I don’t like the terms thrown around such as “breastfeeding brigade”; it’s so negative. Why can’t I state that I am proud to breastfeed my daughter without being labelled in such a negative way. Why do I almost feel like I can’t say what I want to about breastfeeding for fear of being slated and tarred with these labels yet someone who bottle feeds can deem those that nurse as “breastfeeding police”. More importantly why can’t we just support each other and each others choices. We should be empowering each other and feeling good of any choices we make. We shouldn’t be called “saggy tits” by some muppet online (FYI My boobs are epic when I’m breastfeeding – I bloody love them). How is that encouraging and supporting each other – where is the sisterhood?!
Whatever your thoughts or experiences of breastfeeding are, all I’d say is don’t shame one another. Don’t shame those who bottle feed and don’t shame those who breastfeed. We don’t need to be pitted against one another. We’re all doing our best for our babies and that’s far more important than getting caught up in wars that shouldn’t even exist.

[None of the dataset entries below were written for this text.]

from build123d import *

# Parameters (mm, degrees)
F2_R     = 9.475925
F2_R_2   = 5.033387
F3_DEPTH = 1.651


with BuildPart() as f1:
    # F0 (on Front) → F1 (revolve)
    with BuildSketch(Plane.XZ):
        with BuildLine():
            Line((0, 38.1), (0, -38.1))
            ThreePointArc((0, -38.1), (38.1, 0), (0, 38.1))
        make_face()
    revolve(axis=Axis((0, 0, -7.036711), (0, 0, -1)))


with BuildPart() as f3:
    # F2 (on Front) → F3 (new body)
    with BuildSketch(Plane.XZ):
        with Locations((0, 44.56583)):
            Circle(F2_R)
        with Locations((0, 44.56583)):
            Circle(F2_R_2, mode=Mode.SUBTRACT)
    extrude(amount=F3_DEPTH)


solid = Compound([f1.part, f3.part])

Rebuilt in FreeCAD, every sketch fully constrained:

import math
import FreeCAD as App
import Part
import Sketcher
from FreeCAD import Vector
Q = App.Units.Quantity

doc = App.newDocument("Part")
body = doc.addObject("PartDesign::Body", "Body")

# Sketch on XZ plane
sketch1 = body.newObject("Sketcher::SketchObject", "Sketch")
sketch1.AttachmentSupport = (doc.getObject("XZ_Plane"), [""])
sketch1.MapMode = "FlatFace"
sketch1.addGeometry(Part.LineSegment(Vector(0, 38, 0), Vector(0, -38, 0)), False)
sketch1.addGeometry(Part.ArcOfCircle(Part.Circle(Vector(0, 0, 0), Vector(0, 0, 1), 38), math.radians(-90), math.radians(90)), False)
sketch1.addConstraint(Sketcher.Constraint("Coincident", 0, 1, 1, 2))
sketch1.addConstraint(Sketcher.Constraint("Coincident", 1, 1, 0, 2))
sketch1.addConstraint(Sketcher.Constraint("Vertical", 0))
sketch1.addConstraint(Sketcher.Constraint("Coincident", 1, 3, -1, 1))
sketch1.addConstraint(Sketcher.Constraint("PointOnObject", 0, 1, -2))
sketch1.addConstraint(Sketcher.Constraint("Radius", 1, Q("1.5 in")))
revolution = body.newObject("PartDesign::Revolution", "Revolution")
revolution.Profile = sketch1
revolution.ReferenceAxis = (sketch1, ["V_Axis"])
revolution.Angle = 360
body2 = doc.addObject("PartDesign::Body", "Body001")

# Sketch on XZ plane
sketch2 = body2.newObject("Sketcher::SketchObject", "Sketch001")
sketch2.AttachmentSupport = (doc.getObject("XZ_Plane001"), [""])
sketch2.MapMode = "FlatFace"
sketch2.addGeometry(Part.Circle(Vector(0, 45, 0), Vector(0, 0, 1), 9), False)
sketch2.addGeometry(Part.Circle(Vector(0, 45, 0), Vector(0, 0, 1), 5), False)
sketch2.addConstraint(Sketcher.Constraint("Coincident", 1, 3, 0, 3))
sketch2.addConstraint(Sketcher.Constraint("PointOnObject", 0, 3, -2))
sketch2.addConstraint(Sketcher.Constraint("Diameter", 0, Q("18.95185 mm")))
sketch2.addConstraint(Sketcher.Constraint("Diameter", 1, Q("10.066774 mm")))
sketch2.addConstraint(Sketcher.Constraint("DistanceY", -1, 1, 0, 3, Q("44.56583 mm")))
pad1 = body2.newObject("PartDesign::Pad", "Pad")
pad1.Profile = sketch2
pad1.Length = Q("0.065 in")

doc.recompute()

And if you do plan to breastfeed please make sure you get all the support you deserve. Breastfeeding isn’t always easy but from my personal experience it is an amazing and unique bonding experience with your baby; push for all the support you deserve and if anyone ever wants some advice or to talk about it then please don’t hesitate to get in touch. I am no professional expert but I am passionate, real and as I’ve said, a huge supporter of fellow Mamas. Whatever choice you make, do what is right for you. Listen to your motherly instinct and follow it because it is you who knows best when it comes to what is best for you.